__Task details__:
Please restate, word for word, the lines below that begin at the one with "#178=AXIS2_PLACEMENT_3D('',#15,#50,#31);" and end at the one with "#188=FACE_BOUND('',#187,.T.);". Leave out all other lines.

__Data records__:
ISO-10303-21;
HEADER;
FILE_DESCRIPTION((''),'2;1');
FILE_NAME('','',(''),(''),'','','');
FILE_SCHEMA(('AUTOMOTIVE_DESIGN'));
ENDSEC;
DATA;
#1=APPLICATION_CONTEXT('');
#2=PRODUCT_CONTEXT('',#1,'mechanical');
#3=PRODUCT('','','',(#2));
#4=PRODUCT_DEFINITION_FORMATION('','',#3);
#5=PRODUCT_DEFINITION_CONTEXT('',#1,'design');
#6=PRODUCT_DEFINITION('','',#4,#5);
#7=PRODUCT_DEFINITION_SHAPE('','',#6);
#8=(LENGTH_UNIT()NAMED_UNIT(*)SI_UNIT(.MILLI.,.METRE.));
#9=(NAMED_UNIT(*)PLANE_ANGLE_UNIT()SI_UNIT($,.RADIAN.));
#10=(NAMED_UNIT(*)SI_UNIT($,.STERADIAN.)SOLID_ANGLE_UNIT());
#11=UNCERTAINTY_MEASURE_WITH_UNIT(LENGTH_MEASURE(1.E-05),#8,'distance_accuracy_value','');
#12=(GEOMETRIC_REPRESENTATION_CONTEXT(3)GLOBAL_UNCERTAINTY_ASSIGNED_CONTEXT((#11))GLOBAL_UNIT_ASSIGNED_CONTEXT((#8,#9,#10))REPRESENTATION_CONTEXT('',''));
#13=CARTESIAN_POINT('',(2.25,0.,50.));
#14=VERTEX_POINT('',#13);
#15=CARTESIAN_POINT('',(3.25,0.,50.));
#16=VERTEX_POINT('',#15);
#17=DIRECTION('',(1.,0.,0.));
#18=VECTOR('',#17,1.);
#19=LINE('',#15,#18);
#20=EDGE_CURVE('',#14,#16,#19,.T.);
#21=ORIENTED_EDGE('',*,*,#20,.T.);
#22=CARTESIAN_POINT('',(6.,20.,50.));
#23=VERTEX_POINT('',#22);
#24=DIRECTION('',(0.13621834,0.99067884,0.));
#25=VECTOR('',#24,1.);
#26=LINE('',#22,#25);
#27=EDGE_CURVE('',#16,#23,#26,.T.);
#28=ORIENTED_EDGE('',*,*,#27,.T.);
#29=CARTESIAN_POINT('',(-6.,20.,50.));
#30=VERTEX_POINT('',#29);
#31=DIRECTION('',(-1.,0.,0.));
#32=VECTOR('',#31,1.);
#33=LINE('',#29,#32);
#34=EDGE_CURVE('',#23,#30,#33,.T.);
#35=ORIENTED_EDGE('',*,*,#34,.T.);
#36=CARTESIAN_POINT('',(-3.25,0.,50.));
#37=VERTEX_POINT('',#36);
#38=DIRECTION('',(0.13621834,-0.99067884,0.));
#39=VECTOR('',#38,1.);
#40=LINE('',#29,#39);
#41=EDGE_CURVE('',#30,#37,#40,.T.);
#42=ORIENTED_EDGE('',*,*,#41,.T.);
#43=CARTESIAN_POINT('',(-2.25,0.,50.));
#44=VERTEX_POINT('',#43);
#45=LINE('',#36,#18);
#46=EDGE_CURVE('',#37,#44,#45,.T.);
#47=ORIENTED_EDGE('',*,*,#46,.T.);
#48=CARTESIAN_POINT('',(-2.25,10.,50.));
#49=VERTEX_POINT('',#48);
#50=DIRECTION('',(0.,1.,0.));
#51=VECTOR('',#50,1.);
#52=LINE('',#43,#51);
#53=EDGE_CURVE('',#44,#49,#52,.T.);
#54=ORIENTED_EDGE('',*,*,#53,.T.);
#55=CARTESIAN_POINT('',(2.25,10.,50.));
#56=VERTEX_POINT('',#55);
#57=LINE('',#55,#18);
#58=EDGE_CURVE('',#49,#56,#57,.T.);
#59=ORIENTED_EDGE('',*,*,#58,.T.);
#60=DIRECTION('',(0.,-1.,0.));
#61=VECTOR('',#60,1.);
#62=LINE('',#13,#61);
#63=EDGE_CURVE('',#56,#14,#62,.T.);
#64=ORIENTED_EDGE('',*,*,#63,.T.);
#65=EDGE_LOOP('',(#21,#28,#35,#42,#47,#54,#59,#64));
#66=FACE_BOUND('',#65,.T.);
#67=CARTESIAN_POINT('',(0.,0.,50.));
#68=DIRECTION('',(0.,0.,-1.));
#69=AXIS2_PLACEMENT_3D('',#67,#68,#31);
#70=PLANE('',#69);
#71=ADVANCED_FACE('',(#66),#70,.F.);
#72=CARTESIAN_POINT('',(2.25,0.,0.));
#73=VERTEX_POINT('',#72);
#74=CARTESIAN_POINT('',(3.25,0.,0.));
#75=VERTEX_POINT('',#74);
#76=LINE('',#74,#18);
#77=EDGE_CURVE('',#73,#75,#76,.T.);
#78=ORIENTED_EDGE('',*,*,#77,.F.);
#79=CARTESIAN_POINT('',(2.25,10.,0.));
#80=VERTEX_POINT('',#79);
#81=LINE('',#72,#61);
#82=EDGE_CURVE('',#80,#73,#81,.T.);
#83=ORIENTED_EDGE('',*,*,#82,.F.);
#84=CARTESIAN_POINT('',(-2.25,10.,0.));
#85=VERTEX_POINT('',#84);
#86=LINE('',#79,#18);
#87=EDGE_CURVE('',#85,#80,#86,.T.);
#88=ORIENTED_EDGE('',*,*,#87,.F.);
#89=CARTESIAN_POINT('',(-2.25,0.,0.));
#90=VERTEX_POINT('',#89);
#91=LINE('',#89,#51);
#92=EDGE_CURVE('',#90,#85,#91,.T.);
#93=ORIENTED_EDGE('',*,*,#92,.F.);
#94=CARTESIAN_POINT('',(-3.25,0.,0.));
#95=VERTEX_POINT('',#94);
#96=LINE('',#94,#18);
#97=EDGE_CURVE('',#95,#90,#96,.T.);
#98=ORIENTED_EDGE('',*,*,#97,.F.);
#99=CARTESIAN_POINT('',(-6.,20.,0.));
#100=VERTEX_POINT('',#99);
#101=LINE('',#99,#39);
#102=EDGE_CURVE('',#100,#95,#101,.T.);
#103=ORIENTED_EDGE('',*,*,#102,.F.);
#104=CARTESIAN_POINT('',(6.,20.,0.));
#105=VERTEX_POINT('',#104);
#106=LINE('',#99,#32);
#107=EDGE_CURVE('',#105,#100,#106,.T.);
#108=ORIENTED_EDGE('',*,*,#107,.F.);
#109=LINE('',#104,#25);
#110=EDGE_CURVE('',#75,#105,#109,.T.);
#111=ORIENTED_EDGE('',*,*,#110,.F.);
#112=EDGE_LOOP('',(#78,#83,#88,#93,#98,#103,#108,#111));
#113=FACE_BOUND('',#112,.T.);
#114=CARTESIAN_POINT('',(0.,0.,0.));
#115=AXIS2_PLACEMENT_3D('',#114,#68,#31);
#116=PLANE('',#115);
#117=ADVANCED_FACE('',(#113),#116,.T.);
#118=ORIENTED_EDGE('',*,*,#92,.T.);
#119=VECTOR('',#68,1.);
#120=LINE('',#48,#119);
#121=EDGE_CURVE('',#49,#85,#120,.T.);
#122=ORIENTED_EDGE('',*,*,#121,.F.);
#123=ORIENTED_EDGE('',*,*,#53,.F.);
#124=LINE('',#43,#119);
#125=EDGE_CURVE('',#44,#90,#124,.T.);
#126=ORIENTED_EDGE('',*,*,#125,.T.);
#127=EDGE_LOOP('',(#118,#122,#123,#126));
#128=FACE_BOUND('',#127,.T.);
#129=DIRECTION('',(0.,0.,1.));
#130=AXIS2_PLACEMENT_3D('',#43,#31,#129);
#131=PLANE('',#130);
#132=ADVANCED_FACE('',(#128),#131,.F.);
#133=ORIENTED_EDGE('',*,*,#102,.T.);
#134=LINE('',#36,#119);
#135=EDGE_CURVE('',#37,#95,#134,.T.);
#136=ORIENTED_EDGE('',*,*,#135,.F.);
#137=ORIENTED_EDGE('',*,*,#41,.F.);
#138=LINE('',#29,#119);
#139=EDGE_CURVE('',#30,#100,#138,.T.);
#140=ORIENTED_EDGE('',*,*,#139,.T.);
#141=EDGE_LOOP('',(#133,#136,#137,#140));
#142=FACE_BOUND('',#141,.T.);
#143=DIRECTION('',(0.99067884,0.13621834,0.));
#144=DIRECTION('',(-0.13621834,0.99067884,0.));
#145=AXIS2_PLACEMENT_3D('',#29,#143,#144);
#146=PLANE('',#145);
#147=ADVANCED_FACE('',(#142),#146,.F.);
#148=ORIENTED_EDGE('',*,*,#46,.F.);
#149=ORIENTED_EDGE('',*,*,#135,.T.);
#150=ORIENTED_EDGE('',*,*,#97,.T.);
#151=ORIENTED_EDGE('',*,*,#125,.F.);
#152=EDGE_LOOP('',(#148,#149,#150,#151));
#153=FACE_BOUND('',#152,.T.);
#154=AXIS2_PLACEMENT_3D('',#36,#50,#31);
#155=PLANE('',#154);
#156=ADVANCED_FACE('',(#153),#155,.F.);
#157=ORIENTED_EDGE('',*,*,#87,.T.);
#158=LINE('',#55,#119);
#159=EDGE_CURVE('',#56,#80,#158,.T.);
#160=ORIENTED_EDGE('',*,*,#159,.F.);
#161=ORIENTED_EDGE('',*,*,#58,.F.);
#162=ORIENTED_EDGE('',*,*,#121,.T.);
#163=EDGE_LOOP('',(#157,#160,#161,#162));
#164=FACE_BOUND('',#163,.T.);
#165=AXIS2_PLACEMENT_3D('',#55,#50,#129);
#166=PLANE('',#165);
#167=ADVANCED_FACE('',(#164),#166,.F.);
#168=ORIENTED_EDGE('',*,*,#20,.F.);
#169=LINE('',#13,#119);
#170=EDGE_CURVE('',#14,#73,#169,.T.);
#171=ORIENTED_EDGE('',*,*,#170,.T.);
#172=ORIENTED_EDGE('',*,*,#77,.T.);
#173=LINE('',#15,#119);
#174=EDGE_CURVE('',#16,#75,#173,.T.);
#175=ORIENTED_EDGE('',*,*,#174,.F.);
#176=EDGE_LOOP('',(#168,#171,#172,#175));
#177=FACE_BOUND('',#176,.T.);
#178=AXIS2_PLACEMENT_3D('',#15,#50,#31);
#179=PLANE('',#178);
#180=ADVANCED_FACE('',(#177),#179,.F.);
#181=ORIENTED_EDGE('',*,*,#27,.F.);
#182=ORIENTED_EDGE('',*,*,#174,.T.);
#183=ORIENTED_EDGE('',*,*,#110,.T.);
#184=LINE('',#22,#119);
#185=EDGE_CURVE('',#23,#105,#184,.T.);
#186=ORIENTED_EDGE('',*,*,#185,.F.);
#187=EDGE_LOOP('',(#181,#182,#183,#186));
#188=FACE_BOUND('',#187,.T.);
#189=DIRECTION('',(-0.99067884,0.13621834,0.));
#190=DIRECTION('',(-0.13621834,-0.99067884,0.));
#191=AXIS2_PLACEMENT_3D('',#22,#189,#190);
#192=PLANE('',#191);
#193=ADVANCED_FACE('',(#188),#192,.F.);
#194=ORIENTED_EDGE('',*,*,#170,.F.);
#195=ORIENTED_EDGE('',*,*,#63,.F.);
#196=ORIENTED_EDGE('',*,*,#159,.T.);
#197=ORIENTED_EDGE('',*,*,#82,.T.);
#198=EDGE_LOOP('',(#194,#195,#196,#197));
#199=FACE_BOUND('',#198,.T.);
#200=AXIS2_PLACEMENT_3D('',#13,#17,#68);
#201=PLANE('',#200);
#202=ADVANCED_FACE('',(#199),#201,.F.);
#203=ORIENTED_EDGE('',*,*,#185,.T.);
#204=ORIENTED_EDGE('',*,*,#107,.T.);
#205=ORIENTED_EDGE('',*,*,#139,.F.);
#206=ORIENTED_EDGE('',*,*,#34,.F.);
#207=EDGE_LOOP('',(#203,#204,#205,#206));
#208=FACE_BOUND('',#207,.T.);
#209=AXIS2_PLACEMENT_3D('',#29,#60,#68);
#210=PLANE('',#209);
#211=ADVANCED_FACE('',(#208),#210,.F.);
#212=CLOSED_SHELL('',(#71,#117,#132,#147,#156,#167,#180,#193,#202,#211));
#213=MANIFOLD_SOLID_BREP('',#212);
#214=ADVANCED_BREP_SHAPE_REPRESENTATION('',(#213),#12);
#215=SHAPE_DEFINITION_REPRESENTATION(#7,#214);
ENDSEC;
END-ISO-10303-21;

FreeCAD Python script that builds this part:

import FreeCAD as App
import Part
import Sketcher

V = App.Vector


def add_polygon(sketch, points):
    """Adds a closed chain of lines whose ends are joined by coincident constraints."""
    first, n = sketch.GeometryCount, len(points)
    for a, b in zip(points, points[1:] + points[:1]):
        sketch.addGeometry(Part.LineSegment(App.Vector(*a, 0), App.Vector(*b, 0)), False)
    for i in range(n):
        sketch.addConstraint(Sketcher.Constraint("Coincident", first + i, 2, first + (i + 1) % n, 1))

doc = App.newDocument("Part")
params = doc.addObject("Spreadsheet::Sheet", "Params")
for row, (alias, value) in enumerate([
    ("sketch1_width", "12 mm"),
    ("sketch1_width2", "1 mm"),
    ("sketch1_height", "10 mm"),
    ("sketch1_width3", "4.5 mm"),
    ("pad1_length", "50 mm"),
], start=1):
    params.set(f"A{row}", alias)
    params.set(f"B{row}", "=" + value)
    params.setAlias(f"B{row}", alias)

body = doc.addObject("PartDesign::Body", "Body")

sketch1 = body.newObject("Sketcher::SketchObject", "Sketch")
sketch1.AttachmentSupport = (doc.getObject("XY_Plane"), [""])
sketch1.MapMode = "FlatFace"
add_polygon(sketch1, [(6, 20), (-6, 20), (-3.25, 0), (-2.25, 0), (-2.25, 10), (2.25, 10), (2.25, 0), (3.25, 0)])
sketch1.addConstraint([
    Sketcher.Constraint("Horizontal", 0),
    Sketcher.Constraint("Horizontal", 2),
    Sketcher.Constraint("Vertical", 3),
    Sketcher.Constraint("Horizontal", 4),
    Sketcher.Constraint("Vertical", 5),
    Sketcher.Constraint("Horizontal", 6),
    Sketcher.Constraint("Symmetric", 2, 2, 5, 2, -1, 1),
    Sketcher.Constraint("Symmetric", 1, 2, 6, 2, -2),
    Sketcher.Constraint("Equal", 1, 7),
    Sketcher.Constraint("DistanceX", 0, 2, 0, 1, 12.0),
    Sketcher.Constraint("DistanceX", 2, 1, 2, 2, 1.0),
    Sketcher.Constraint("DistanceY", 3, 1, 3, 2, 10.0),
    Sketcher.Constraint("DistanceX", 4, 1, 4, 2, 4.5),
    Sketcher.Constraint("DistanceY", -1, 1, 0, 2, 20.0),
])
sketch1.setExpression("Constraints[17]", "Params.sketch1_width")
sketch1.setExpression("Constraints[18]", "Params.sketch1_width2")
sketch1.setExpression("Constraints[19]", "Params.sketch1_height")
sketch1.setExpression("Constraints[20]", "Params.sketch1_width3")
pad1 = body.newObject("PartDesign::Pad", "Pad")
pad1.Profile = sketch1
pad1.setExpression("Length", "Params.pad1_length")

doc.recompute()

__Output of the task__:
#178=AXIS2_PLACEMENT_3D('',#15,#50,#31);
#179=PLANE('',#178);
#180=ADVANCED_FACE('',(#177),#179,.F.);
#181=ORIENTED_EDGE('',*,*,#27,.F.);
#182=ORIENTED_EDGE('',*,*,#174,.T.);
#183=ORIENTED_EDGE('',*,*,#110,.T.);
#184=LINE('',#22,#119);
#185=EDGE_CURVE('',#23,#105,#184,.T.);
#186=ORIENTED_EDGE('',*,*,#185,.F.);
#187=EDGE_LOOP('',(#181,#182,#183,#186));
#188=FACE_BOUND('',#187,.T.);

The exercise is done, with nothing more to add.